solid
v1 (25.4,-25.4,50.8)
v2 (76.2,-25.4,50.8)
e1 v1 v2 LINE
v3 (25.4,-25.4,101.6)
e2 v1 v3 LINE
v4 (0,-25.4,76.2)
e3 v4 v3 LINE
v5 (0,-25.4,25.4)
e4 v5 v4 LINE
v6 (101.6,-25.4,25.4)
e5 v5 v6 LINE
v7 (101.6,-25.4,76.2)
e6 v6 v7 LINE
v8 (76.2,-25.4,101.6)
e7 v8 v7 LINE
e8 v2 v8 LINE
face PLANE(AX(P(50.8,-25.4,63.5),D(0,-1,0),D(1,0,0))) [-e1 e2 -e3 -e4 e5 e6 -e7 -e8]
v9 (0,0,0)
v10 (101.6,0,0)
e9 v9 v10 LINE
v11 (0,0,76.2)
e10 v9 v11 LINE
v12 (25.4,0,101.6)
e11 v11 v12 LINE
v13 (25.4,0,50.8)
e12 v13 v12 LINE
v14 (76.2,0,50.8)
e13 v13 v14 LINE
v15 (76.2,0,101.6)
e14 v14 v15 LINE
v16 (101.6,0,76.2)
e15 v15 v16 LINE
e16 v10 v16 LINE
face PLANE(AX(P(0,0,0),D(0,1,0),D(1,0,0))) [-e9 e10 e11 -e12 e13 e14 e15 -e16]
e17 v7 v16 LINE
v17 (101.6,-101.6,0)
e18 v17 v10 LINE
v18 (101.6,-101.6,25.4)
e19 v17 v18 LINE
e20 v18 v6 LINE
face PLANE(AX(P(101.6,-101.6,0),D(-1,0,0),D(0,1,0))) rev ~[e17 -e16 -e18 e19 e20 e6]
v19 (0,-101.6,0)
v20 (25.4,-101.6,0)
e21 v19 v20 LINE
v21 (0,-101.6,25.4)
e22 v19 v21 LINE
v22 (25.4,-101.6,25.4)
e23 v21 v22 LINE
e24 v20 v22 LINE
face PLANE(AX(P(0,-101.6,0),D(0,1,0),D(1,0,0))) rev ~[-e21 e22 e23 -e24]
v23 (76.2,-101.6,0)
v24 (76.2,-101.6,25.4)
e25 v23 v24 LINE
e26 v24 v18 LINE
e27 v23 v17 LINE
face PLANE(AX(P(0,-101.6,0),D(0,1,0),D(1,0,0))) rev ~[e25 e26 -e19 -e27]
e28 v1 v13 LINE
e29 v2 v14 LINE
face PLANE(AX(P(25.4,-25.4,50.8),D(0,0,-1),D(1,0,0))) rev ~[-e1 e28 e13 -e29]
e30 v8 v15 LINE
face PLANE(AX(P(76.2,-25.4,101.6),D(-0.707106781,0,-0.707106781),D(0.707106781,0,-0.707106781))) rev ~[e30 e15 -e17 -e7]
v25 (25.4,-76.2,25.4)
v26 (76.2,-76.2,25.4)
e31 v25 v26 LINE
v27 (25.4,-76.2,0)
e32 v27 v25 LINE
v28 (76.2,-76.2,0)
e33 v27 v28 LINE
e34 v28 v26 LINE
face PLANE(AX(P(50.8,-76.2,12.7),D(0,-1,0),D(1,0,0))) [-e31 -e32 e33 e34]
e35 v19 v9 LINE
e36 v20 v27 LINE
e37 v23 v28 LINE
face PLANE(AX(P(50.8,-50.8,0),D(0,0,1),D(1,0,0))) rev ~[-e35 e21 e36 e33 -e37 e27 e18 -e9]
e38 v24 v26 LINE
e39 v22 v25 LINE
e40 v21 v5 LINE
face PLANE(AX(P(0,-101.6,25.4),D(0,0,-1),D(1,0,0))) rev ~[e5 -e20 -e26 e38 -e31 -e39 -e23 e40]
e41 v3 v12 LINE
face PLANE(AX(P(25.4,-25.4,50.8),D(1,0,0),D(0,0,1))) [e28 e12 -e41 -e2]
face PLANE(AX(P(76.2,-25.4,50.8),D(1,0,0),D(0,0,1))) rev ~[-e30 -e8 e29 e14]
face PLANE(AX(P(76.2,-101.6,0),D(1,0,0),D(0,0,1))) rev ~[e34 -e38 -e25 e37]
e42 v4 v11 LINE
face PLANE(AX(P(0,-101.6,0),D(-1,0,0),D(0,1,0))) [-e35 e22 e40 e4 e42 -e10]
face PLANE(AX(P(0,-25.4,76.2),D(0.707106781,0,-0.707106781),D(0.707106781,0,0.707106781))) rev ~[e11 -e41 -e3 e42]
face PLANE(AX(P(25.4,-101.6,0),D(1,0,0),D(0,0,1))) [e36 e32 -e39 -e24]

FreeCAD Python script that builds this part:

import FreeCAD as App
import Part
import Sketcher
from FreeCAD import Vector
Q = App.Units.Quantity

doc = App.newDocument("Part")
body = doc.addObject("PartDesign::Body", "Body")

sketch1 = body.newObject("Sketcher::SketchObject", "Sketch")
sketch1.AttachmentSupport = (doc.getObject("XY_Plane"), [""])
sketch1.MapMode = "FlatFace"
sketch1.addGeometry([
    Part.LineSegment(Vector(0, 0, 0), Vector(0, -102, 0)),
    Part.LineSegment(Vector(0, -102, 0), Vector(102, -102, 0)),
    Part.LineSegment(Vector(102, -102, 0), Vector(102, 0, 0)),
    Part.LineSegment(Vector(102, 0, 0), Vector(0, 0, 0)),
], False)
sketch1.addConstraint([
    Sketcher.Constraint("Coincident", 0, 2, 1, 1),
    Sketcher.Constraint("Coincident", 1, 2, 2, 1),
    Sketcher.Constraint("Coincident", 2, 2, 3, 1),
    Sketcher.Constraint("Coincident", 3, 2, 0, 1),
    Sketcher.Constraint("Vertical", 0),
    Sketcher.Constraint("Horizontal", 1),
    Sketcher.Constraint("Vertical", 2),
    Sketcher.Constraint("Horizontal", 3),
    Sketcher.Constraint("Coincident", 3, 2, -1, 1),
    Sketcher.Constraint("Equal", 3, 0),
    Sketcher.Constraint("DistanceX", 1, 1, 1, 2, Q("4 in")),
])
pad1 = body.newObject("PartDesign::Pad", "Pad")
pad1.Profile = sketch1
pad1.Length = Q("4 in")

sketch2 = body.newObject("Sketcher::SketchObject", "Sketch001")
sketch2.AttachmentSupport = (doc.getObject("XZ_Plane"), [""])
sketch2.MapMode = "FlatFace"
sketch2.AttachmentOffset = App.Placement(Vector(0, 0, 4 * 25.4), App.Rotation())
sketch2.addGeometry([
    Part.LineSegment(Vector(0, 102, 0), Vector(0, 25, 0)),
    Part.LineSegment(Vector(0, 25, 0), Vector(102, 25, 0)),
    Part.LineSegment(Vector(102, 25, 0), Vector(102, 102, 0)),
    Part.LineSegment(Vector(102, 102, 0), Vector(0, 102, 0)),
], False)
sketch2.addConstraint([
    Sketcher.Constraint("Coincident", 0, 2, 1, 1),
    Sketcher.Constraint("Coincident", 1, 2, 2, 1),
    Sketcher.Constraint("Coincident", 2, 2, 3, 1),
    Sketcher.Constraint("Coincident", 3, 2, 0, 1),
    Sketcher.Constraint("Vertical", 0),
    Sketcher.Constraint("Horizontal", 1),
    Sketcher.Constraint("Vertical", 2),
    Sketcher.Constraint("Horizontal", 3),
    Sketcher.Constraint("PointOnObject", 0, 2, -2),
    Sketcher.Constraint("DistanceX", 1, 1, 1, 2, Q("4 in")),
    Sketcher.Constraint("DistanceY", 0, 2, 0, 1, Q("3 in")),
    Sketcher.Constraint("DistanceY", -1, 1, 0, 2, Q("1 in")),
])
pocket1 = body.newObject("PartDesign::Pocket", "Pocket")
pocket1.Profile = sketch2
pocket1.Length = Q("3 in")

sketch3 = body.newObject("Sketcher::SketchObject", "Sketch002")
sketch3.AttachmentSupport = (doc.getObject("XZ_Plane"), [""])
sketch3.MapMode = "FlatFace"
sketch3.AttachmentOffset = App.Placement(Vector(0, 0, 4 * 25.4), App.Rotation())
sketch3.addGeometry([
    Part.LineSegment(Vector(25, 25, 0), Vector(25, 0, 0)),
    Part.LineSegment(Vector(25, 0, 0), Vector(76, 0, 0)),
    Part.LineSegment(Vector(76, 0, 0), Vector(76, 25, 0)),
    Part.LineSegment(Vector(76, 25, 0), Vector(25, 25, 0)),
], False)
sketch3.addConstraint([
    Sketcher.Constraint("Coincident", 0, 2, 1, 1),
    Sketcher.Constraint("Coincident", 1, 2, 2, 1),
    Sketcher.Constraint("Coincident", 2, 2, 3, 1),
    Sketcher.Constraint("Coincident", 3, 2, 0, 1),
    Sketcher.Constraint("Vertical", 0),
    Sketcher.Constraint("Horizontal", 1),
    Sketcher.Constraint("Vertical", 2),
    Sketcher.Constraint("Horizontal", 3),
    Sketcher.Constraint("PointOnObject", 0, 2, -1),
    Sketcher.Constraint("DistanceX", 1, 1, 1, 2, Q("2 in")),
    Sketcher.Constraint("DistanceY", 0, 2, 0, 1, Q("1 in")),
    Sketcher.Constraint("DistanceX", -1, 1, 0, 2, Q("1 in")),
])
pocket2 = body.newObject("PartDesign::Pocket", "Pocket001")
pocket2.Profile = sketch3
pocket2.Length = Q("1 in")

sketch4 = body.newObject("Sketcher::SketchObject", "Sketch003")
sketch4.AttachmentSupport = (doc.getObject("XZ_Plane"), [""])
sketch4.MapMode = "FlatFace"
sketch4.AttachmentOffset = App.Placement(Vector(0, 0, 1 * 25.4), App.Rotation())
sketch4.addGeometry([
    Part.LineSegment(Vector(25, 102, 0), Vector(25, 51, 0)),
    Part.LineSegment(Vector(25, 51, 0), Vector(76, 51, 0)),
    Part.LineSegment(Vector(76, 51, 0), Vector(76, 102, 0)),
    Part.LineSegment(Vector(76, 102, 0), Vector(25, 102, 0)),
], False)
sketch4.addConstraint([
    Sketcher.Constraint("Coincident", 0, 2, 1, 1),
    Sketcher.Constraint("Coincident", 1, 2, 2, 1),
    Sketcher.Constraint("Coincident", 2, 2, 3, 1),
    Sketcher.Constraint("Coincident", 3, 2, 0, 1),
    Sketcher.Constraint("Vertical", 0),
    Sketcher.Constraint("Horizontal", 1),
    Sketcher.Constraint("Vertical", 2),
    Sketcher.Constraint("Horizontal", 3),
    Sketcher.Constraint("Equal", 3, 0),
    Sketcher.Constraint("DistanceX", 1, 1, 1, 2, Q("2 in")),
    Sketcher.Constraint("DistanceX", -1, 1, 0, 2, Q("1 in")),
    Sketcher.Constraint("DistanceY", -1, 1, 0, 2, Q("2 in")),
])
pocket3 = body.newObject("PartDesign::Pocket", "Pocket002")
pocket3.Profile = sketch4
pocket3.Length = Q("1 in")

sketch5 = body.newObject("Sketcher::SketchObject", "Sketch004")
sketch5.AttachmentSupport = (doc.getObject("XZ_Plane"), [""])
sketch5.MapMode = "FlatFace"
sketch5.AttachmentOffset = App.Placement(Vector(0, 0, 1 * 25.4), App.Rotation())
sketch5.addGeometry([
    Part.LineSegment(Vector(25, 102, 0), Vector(0, 102, 0)),
    Part.LineSegment(Vector(0, 102, 0), Vector(0, 76, 0)),
    Part.LineSegment(Vector(0, 76, 0), Vector(25, 102, 0)),
    Part.LineSegment(Vector(102, 76, 0), Vector(102, 102, 0)),
    Part.LineSegment(Vector(102, 102, 0), Vector(76, 102, 0)),
    Part.LineSegment(Vector(76, 102, 0), Vector(102, 76, 0)),
], False)
sketch5.addConstraint([
    Sketcher.Constraint("Coincident", 0, 2, 1, 1),
    Sketcher.Constraint("Coincident", 1, 2, 2, 1),
    Sketcher.Constraint("Coincident", 2, 2, 0, 1),
    Sketcher.Constraint("Coincident", 3, 2, 4, 1),
    Sketcher.Constraint("Coincident", 4, 2, 5, 1),
    Sketcher.Constraint("Coincident", 5, 2, 3, 1),
    Sketcher.Constraint("Horizontal", 0),
    Sketcher.Constraint("Vertical", 1),
    Sketcher.Constraint("Vertical", 3),
    Sketcher.Constraint("Horizontal", 4),
    Sketcher.Constraint("PointOnObject", 0, 2, -2),
    Sketcher.Constraint("Perpendicular", 2, 5),
    Sketcher.Constraint("Horizontal", 2, 2, 3, 2),
    Sketcher.Constraint("Horizontal", 1, 2, 5, 2),
    Sketcher.Constraint("Equal", 0, 4),
    Sketcher.Constraint("DistanceX", 0, 2, 0, 1, Q("1 in")),
    Sketcher.Constraint("DistanceY", -1, 1, 0, 2, Q("4 in")),
    Sketcher.Constraint("DistanceX", -1, 1, 3, 2, Q("4 in")),
])
pocket4 = body.newObject("PartDesign::Pocket", "Pocket003")
pocket4.Profile = sketch5
pocket4.Length = Q("1 in")

doc.recompute()
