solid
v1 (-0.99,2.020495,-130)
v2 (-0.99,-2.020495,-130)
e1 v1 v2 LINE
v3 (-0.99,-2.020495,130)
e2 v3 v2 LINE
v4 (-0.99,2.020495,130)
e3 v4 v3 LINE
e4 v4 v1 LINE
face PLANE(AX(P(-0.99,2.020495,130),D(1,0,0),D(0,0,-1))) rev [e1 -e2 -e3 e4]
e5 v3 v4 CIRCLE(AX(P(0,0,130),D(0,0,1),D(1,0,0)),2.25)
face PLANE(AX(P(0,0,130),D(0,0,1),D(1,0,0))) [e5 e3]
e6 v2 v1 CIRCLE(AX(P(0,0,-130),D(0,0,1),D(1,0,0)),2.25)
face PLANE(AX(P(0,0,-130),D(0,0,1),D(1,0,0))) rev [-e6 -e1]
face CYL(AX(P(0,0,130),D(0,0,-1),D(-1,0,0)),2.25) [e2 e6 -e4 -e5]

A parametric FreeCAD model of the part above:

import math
import FreeCAD as App
import Part
import Sketcher

doc = App.newDocument("Part")
body = doc.addObject("PartDesign::Body", "Body")

# Sketch on XY plane
sketch1 = body.newObject("Sketcher::SketchObject", "Sketch")
sketch1.AttachmentSupport = (doc.getObject("XY_Plane"), [""])
sketch1.MapMode = "FlatFace"
sketch1.addGeometry([
    Part.LineSegment(App.Vector(-1, 2, 0), App.Vector(-1, -2, 0)),
    Part.ArcOfCircle(Part.Circle(App.Vector(0, 0, 0), App.Vector(0, 0, 1), 2.2), math.radians(-116), math.radians(116)),
], False)
sketch1.addConstraint([
    Sketcher.Constraint("Coincident", 0, 1, 1, 2),
    Sketcher.Constraint("Coincident", 1, 1, 0, 2),
    Sketcher.Constraint("Vertical", 0),
    Sketcher.Constraint("Coincident", 1, 3, -1, 1),
    Sketcher.Constraint("Radius", 1, 2.25),
    Sketcher.Constraint("DistanceX", 0, 1, -1, 1, 0.99),
])
pad1 = body.newObject("PartDesign::Pad", "Pad")
pad1.Profile = sketch1
pad1.Length = 260
pad1.Midplane = True

doc.recompute()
######
:: What the task requires ::
When you repeat the lines, start with the first line of the material and end with the line that contains "e8 v2 v8 LINE", keeping both and reproducing each exactly, with nothing added.

:: Answer box ::
solid
v1 (25.4,-25.4,50.8)
v2 (76.2,-25.4,50.8)
e1 v1 v2 LINE
v3 (25.4,-25.4,101.6)
e2 v1 v3 LINE
v4 (0,-25.4,76.2)
e3 v4 v3 LINE
v5 (0,-25.4,25.4)
e4 v5 v4 LINE
v6 (101.6,-25.4,25.4)
e5 v5 v6 LINE
v7 (101.6,-25.4,76.2)
e6 v6 v7 LINE
v8 (76.2,-25.4,101.6)
e7 v8 v7 LINE
e8 v2 v8 LINE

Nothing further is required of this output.